So we see, after all, that just like the toilet and fire and the stone club and the car and the stove, we actually design the interface to match the task. All that's left are these trivial quibbles over petty details. A waste of time. If we, as a species, never had another meeting or debate about interface design again, we'd be better off. When we perfect artificial intelligence so we can talk to the computer like it was the HAL 9000, we'll all adapt to that interface. Just like we did with the telephone - the button pad was an improvement over the rotary dial - but we had to wait until button-pad technology was perfected! After we did that, everybody went to buttons. No more rotary plastic dial. You see? Every one of us picks the right interface decision to the best of both common knowledge and present available technology at the time of design.

Closing exercises for the reader:

[A] Here is a B-2 Stealth Bomber, as seen from the cockpit:

Stealth bomber

and here is a tricycle:

tricycle

The interface on the Stealth Bomber appears to be many times less intuitive than the interface on the tricycle. Why do you think that is?

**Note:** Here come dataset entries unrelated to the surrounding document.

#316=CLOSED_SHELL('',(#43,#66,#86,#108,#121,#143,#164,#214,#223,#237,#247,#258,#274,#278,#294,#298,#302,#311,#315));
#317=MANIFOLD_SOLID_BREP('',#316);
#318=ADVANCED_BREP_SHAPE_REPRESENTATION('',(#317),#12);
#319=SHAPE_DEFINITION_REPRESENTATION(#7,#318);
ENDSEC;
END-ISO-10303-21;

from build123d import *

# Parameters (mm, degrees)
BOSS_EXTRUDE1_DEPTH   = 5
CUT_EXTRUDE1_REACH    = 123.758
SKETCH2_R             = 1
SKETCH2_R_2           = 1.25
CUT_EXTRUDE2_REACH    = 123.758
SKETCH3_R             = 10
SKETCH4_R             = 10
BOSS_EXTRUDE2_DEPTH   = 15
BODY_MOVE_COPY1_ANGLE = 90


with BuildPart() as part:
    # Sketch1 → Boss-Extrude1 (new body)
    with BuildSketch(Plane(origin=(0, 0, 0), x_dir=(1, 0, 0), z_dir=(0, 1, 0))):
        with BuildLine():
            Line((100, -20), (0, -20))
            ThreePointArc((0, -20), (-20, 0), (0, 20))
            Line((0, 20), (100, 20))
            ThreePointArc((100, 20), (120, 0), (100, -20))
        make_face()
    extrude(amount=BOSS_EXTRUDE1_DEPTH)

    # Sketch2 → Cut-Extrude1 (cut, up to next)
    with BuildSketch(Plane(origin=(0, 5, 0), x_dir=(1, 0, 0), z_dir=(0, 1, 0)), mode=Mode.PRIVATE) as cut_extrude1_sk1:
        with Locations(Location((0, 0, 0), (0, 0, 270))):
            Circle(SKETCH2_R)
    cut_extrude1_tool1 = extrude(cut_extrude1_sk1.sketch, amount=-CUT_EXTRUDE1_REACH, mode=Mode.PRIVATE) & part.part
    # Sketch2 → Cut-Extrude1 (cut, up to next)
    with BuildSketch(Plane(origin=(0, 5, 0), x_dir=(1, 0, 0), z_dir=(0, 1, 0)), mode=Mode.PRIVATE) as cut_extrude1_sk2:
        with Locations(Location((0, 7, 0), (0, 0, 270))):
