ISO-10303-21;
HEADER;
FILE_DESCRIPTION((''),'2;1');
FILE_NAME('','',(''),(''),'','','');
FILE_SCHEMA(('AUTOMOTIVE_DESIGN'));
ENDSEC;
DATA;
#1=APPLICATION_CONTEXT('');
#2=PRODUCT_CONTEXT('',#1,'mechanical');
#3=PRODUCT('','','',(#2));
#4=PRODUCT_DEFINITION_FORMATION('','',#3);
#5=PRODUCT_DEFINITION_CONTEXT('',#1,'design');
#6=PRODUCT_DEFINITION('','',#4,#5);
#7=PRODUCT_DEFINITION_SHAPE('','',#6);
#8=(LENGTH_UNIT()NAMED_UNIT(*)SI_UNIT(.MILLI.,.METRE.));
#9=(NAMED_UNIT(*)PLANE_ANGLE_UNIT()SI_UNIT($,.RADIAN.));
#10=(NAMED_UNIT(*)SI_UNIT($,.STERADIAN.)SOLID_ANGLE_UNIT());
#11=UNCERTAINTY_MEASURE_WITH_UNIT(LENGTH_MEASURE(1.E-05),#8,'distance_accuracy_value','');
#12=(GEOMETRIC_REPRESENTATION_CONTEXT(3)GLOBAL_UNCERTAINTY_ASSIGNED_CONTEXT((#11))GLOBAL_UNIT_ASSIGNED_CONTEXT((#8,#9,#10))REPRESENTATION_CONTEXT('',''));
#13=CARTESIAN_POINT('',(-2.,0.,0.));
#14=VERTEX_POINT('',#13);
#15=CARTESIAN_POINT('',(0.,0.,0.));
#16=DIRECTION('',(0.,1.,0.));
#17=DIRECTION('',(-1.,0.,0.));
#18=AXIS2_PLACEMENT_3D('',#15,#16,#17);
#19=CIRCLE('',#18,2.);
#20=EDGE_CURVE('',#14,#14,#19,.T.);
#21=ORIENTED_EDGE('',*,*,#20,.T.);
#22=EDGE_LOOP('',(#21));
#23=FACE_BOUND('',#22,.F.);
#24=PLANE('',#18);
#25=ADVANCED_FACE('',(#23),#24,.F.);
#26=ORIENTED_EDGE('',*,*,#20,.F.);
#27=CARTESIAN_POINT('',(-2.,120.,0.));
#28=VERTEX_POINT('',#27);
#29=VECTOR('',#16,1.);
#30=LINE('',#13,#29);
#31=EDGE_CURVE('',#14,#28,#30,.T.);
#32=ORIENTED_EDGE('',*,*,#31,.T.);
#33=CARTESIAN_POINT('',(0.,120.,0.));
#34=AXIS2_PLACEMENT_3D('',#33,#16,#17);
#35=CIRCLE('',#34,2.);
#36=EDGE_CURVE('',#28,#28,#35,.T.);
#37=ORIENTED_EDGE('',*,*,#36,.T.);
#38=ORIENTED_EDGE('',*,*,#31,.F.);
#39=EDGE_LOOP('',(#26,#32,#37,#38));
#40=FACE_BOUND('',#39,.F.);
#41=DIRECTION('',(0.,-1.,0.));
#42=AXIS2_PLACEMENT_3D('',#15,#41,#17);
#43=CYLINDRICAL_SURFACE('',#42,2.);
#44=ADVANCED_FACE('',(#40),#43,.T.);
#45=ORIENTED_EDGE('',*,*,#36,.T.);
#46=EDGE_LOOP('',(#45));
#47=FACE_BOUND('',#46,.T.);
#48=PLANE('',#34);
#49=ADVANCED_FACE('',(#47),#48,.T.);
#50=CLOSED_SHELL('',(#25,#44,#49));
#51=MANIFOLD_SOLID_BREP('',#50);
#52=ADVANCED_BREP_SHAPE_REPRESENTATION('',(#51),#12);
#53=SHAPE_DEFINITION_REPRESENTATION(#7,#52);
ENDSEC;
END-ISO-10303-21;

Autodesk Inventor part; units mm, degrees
ref_plane "YZ Plane" through (0, 0, 0) normal (1, 0, 0) x (0, 1, 0)
ref_plane "XZ Plane" through (0, 0, 0) normal (0, 1, 0) x (-1, 0, 0)
ref_plane "XY Plane" through (0, 0, 0) normal (0, 0, 1) x (1, 0, 0)
sketch "Esquisse1" plane through (0, 0, 0) normal (0, 1, 0) x (-1, 0, 0)
  circle A0 centre (0, 0) radius 2
  dimension "d0" = 4
extrude "Extrusion1" add sketch "Esquisse1" along normal blind 120
properties part number "tige-filletee"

[B] Imagine that the keyboard hasn't been invented yet, and you have been tasked with its design on paper. Where will you put the keys? What purpose will all of the keys have? Now consider that our modern QWERTY keyboard layout is the most widespread around the world, and yet is based on considerations for the outdated manual typewriter. Given how important many people consider interface design to be, why hasn't the standard desktop computer keyboard layout ever changed? Why haven't new designs, such as DVORAK, seen wide adoption? Which is more intuitive, QUERTY or DVORAK?

[C] Consider all of the spoken human languages there are in the world. Which language is the most intuitive? Which one is the most intuitive one to read and write in?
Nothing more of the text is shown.